Parquet → Nx tensors for ML

{:ok, stream}  = ExArrow.Parquet.Reader.from_file("/data/features.parquet")
batch          = ExArrow.Stream.next(stream)
{:ok, tensors} = ExArrow.Nx.to_tensors(batch)

# tensors is %{"feature1" => #Nx.Tensor<...>, "feature2" => #Nx.Tensor<...>}
inputs = Nx.stack(Map.values(tensors), axis: 1)

Parquet → filter → write back

{:ok, stream}   = ExArrow.Parquet.Reader.from_file("/data/all_users.parquet")
batch           = ExArrow.Stream.next(stream)

{:ok, mask}     = ExArrow.Compute.project(batch, ["is_active"])
{:ok, active}   = ExArrow.Compute.filter(batch, mask)

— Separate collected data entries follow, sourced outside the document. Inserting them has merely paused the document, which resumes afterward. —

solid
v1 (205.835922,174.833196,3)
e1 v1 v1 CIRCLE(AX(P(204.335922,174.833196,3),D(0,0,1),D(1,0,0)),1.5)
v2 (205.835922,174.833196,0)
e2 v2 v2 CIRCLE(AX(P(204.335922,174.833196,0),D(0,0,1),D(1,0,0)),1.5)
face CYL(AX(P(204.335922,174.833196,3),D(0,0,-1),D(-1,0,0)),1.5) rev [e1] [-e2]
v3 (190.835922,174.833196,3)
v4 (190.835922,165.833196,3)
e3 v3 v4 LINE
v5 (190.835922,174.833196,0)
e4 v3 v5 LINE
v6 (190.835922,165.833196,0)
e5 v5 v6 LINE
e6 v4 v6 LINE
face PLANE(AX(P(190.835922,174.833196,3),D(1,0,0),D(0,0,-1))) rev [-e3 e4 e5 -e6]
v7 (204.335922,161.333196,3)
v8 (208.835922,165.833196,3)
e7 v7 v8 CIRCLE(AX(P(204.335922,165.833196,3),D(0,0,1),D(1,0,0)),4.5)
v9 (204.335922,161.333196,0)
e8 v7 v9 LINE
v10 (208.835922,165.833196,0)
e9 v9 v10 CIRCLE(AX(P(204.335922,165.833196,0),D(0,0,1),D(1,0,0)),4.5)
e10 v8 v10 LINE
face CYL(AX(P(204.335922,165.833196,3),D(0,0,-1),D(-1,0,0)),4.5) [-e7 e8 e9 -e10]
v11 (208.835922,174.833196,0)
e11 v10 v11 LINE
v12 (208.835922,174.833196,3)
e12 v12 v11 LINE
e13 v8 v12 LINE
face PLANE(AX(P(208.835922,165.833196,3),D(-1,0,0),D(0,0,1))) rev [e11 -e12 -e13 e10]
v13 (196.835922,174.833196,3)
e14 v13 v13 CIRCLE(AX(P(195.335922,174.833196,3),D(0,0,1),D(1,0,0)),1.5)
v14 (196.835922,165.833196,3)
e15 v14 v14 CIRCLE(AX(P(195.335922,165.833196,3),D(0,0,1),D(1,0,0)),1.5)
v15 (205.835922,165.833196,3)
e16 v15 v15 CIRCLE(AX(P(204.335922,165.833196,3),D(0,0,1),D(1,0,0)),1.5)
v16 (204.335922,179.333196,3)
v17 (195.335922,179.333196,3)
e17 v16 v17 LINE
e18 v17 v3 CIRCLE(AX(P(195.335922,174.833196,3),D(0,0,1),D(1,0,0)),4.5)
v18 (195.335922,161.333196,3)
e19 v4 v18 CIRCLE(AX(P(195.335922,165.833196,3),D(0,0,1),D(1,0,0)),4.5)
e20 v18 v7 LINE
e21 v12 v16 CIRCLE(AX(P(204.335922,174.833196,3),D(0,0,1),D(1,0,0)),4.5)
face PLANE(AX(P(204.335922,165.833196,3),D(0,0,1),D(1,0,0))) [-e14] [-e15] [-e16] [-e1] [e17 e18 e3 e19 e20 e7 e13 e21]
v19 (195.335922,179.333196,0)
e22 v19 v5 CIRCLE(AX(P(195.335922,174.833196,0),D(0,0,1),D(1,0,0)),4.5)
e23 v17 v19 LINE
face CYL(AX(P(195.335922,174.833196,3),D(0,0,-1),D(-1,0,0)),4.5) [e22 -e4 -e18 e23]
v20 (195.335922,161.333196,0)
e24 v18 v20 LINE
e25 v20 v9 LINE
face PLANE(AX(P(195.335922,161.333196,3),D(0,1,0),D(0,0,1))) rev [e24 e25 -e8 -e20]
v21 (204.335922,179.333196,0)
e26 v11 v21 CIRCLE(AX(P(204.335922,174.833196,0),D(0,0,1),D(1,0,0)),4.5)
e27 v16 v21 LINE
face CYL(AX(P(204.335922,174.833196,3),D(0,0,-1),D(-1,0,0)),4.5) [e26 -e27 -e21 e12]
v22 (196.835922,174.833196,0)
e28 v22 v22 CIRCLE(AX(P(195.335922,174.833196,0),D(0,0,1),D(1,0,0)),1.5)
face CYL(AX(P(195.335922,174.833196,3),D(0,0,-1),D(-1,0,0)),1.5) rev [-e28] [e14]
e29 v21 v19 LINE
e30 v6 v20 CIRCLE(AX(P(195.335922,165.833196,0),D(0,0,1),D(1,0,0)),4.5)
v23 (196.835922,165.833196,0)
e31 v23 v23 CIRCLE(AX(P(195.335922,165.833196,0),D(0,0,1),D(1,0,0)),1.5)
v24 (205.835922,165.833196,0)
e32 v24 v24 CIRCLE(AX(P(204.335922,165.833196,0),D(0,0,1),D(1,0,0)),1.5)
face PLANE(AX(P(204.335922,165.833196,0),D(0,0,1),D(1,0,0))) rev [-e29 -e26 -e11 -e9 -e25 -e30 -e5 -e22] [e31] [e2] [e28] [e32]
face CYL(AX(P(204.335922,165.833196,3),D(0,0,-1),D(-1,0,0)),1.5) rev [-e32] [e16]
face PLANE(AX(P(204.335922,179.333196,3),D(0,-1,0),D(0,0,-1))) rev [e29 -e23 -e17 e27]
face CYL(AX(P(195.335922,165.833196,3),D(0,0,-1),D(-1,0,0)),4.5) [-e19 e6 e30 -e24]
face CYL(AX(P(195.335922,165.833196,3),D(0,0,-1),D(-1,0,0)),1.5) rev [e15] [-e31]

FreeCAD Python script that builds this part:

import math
import FreeCAD as App
import Part
import Sketcher
from FreeCAD import Vector
Q = App.Units.Quantity

doc = App.newDocument("Part")
body = doc.addObject("PartDesign::Body", "Body")

# Sketch on XY plane
sketch1 = doc.addObject("Sketcher::SketchObject", "Sketch")
body.addObject(sketch1)
sketch1.AttachmentSupport = (doc.XY_Plane, [""])
sketch1.MapMode = "FlatFace"
sketch1.addGeometry([
    Part.LineSegment(Vector(195.3, 161.3, 0), Vector(204.3, 161.3, 0)),  # 0
    Part.ArcOfCircle(Part.Circle(Vector(204.3, 165.8, 0), Vector(0, 0, 1), 4.5), math.radians(-90), math.radians(0)),  # 1
    Part.LineSegment(Vector(208.8, 165.8, 0), Vector(208.8, 174.8, 0)),  # 2
    Part.ArcOfCircle(Part.Circle(Vector(204.3, 174.8, 0), Vector(0, 0, 1), 4.5), math.radians(0), math.radians(90)),  # 3
    Part.LineSegment(Vector(204.3, 179.3, 0), Vector(195.3, 179.3, 0)),  # 4
    Part.ArcOfCircle(Part.Circle(Vector(195.3, 174.8, 0), Vector(0, 0, 1), 4.5), math.radians(90), math.radians(180)),  # 5
    Part.LineSegment(Vector(190.8, 174.8, 0), Vector(190.8, 165.8, 0)),  # 6
    Part.ArcOfCircle(Part.Circle(Vector(195.3, 165.8, 0), Vector(0, 0, 1), 4.5), math.radians(180), math.radians(270)),  # 7
    Part.Circle(Vector(195.3, 165.8, 0), Vector(0, 0, 1), 1.5),  # 8
    Part.Circle(Vector(204.3, 165.8, 0), Vector(0, 0, 1), 1.5),  # 9
    Part.Circle(Vector(195.3, 174.8, 0), Vector(0, 0, 1), 1.5),  # 10
    Part.Circle(Vector(204.3, 174.8, 0), Vector(0, 0, 1), 1.5),  # 11
], False)
sketch1.addConstraint([
    Sketcher.Constraint("Tangent", 0, 2, 1, 1),
    Sketcher.Constraint("Tangent", 1, 2, 2, 1),
    Sketcher.Constraint("Tangent", 2, 2, 3, 1),
    Sketcher.Constraint("Tangent", 3, 2, 4, 1),
    Sketcher.Constraint("Tangent", 4, 2, 5, 1),
    Sketcher.Constraint("Tangent", 5, 2, 6, 1),
    Sketcher.Constraint("Tangent", 6, 2, 7, 1),
    Sketcher.Constraint("Tangent", 7, 2, 0, 1),
    Sketcher.Constraint("Horizontal", 0),
    Sketcher.Constraint("Vertical", 2),
    Sketcher.Constraint("Horizontal", 4),
    Sketcher.Constraint("Vertical", 6),
    Sketcher.Constraint("Coincident", 8, 3, 7, 3),
    Sketcher.Constraint("Coincident", 9, 3, 1, 3),
    Sketcher.Constraint("Coincident", 10, 3, 5, 3),
    Sketcher.Constraint("Coincident", 11, 3, 3, 3),
    Sketcher.Constraint("Equal", 1, 3),
    Sketcher.Constraint("Equal", 3, 5),
    Sketcher.Constraint("Equal", 5, 7),
    Sketcher.Constraint("Equal", 8, 9),
    Sketcher.Constraint("Equal", 9, 10),
    Sketcher.Constraint("Equal", 10, 11),
    Sketcher.Constraint("Equal", 4, 2),
    Sketcher.Constraint("Diameter", 8, Q("3 mm")),
    Sketcher.Constraint("Radius", 1, Q("4.5 mm")),
    Sketcher.Constraint("DistanceX", 0, 1, 0, 2, Q("9 mm")),
    Sketcher.Constraint("DistanceX", -1, 1, 1, 3, Q("204.335922 mm")),
    Sketcher.Constraint("DistanceY", -1, 1, 1, 3, Q("165.833196 mm")),
])
pad1 = doc.addObject("PartDesign::Pad", "Pad")
body.addObject(pad1)
pad1.Profile = sketch1
pad1.Length = 3

doc.recompute()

schema = ExArrow.RecordBatch.schema(active)
:ok = ExArrow.Parquet.Writer.to_file("/out/active_users.parquet", schema, [active])

How Parquet is read

Parquet has a footer that is scanned once on from_file/1 / from_binary/1 to extract the schema and locate row groups. Row groups are then decoded lazily — each call to ExArrow.Stream.next/1 reads and decodes the next row group on demand without touching the rest of the file.

from_file/1    footer scan only  (schema cached, reader open)
ExArrow.Stream.next/1    decode row-group 0
ExArrow.Stream.next/1    decode row-group 1

ExArrow.Stream.next/1    nil  (end of file)

Peak memory stays proportional to the largest single row group rather than the full file. If you only need the first N batches you can stop calling ExArrow.Stream.next/1 and the remaining row groups are never decoded.

For file-backed streams (from_file/1) the underlying OS file handle is kept open until the stream resource is garbage-collected; for binary-backed streams (from_binary/1) the bytes are held in native memory and released at the same time.

Implementation note: each ExArrow.Stream.next/1 call runs the native parquet_stream_next step on a dirty CPU NIF scheduler so row-group decode (and any file read inside that step) does not block normal BEAM scheduler threads.


Comparison with IPC

Arrow IPC (stream)Parquet
Random accessNoParquet footer only
CompressionNo (raw)Yes (Snappy, ZSTD, …)
InteropArrow ecosystemUniversal (Python, Spark, …)
Read APIExArrow.IPC.ReaderExArrow.Parquet.Reader
Write APIExArrow.IPC.WriterExArrow.Parquet.Writer
Stream type:ipc:parquet
Stream interfaceidenticalidentical

Use IPC for high-throughput in-process pipelines and Flight transport. Use Parquet for on-disk storage, long-term archival, and interop with Python/R/Spark.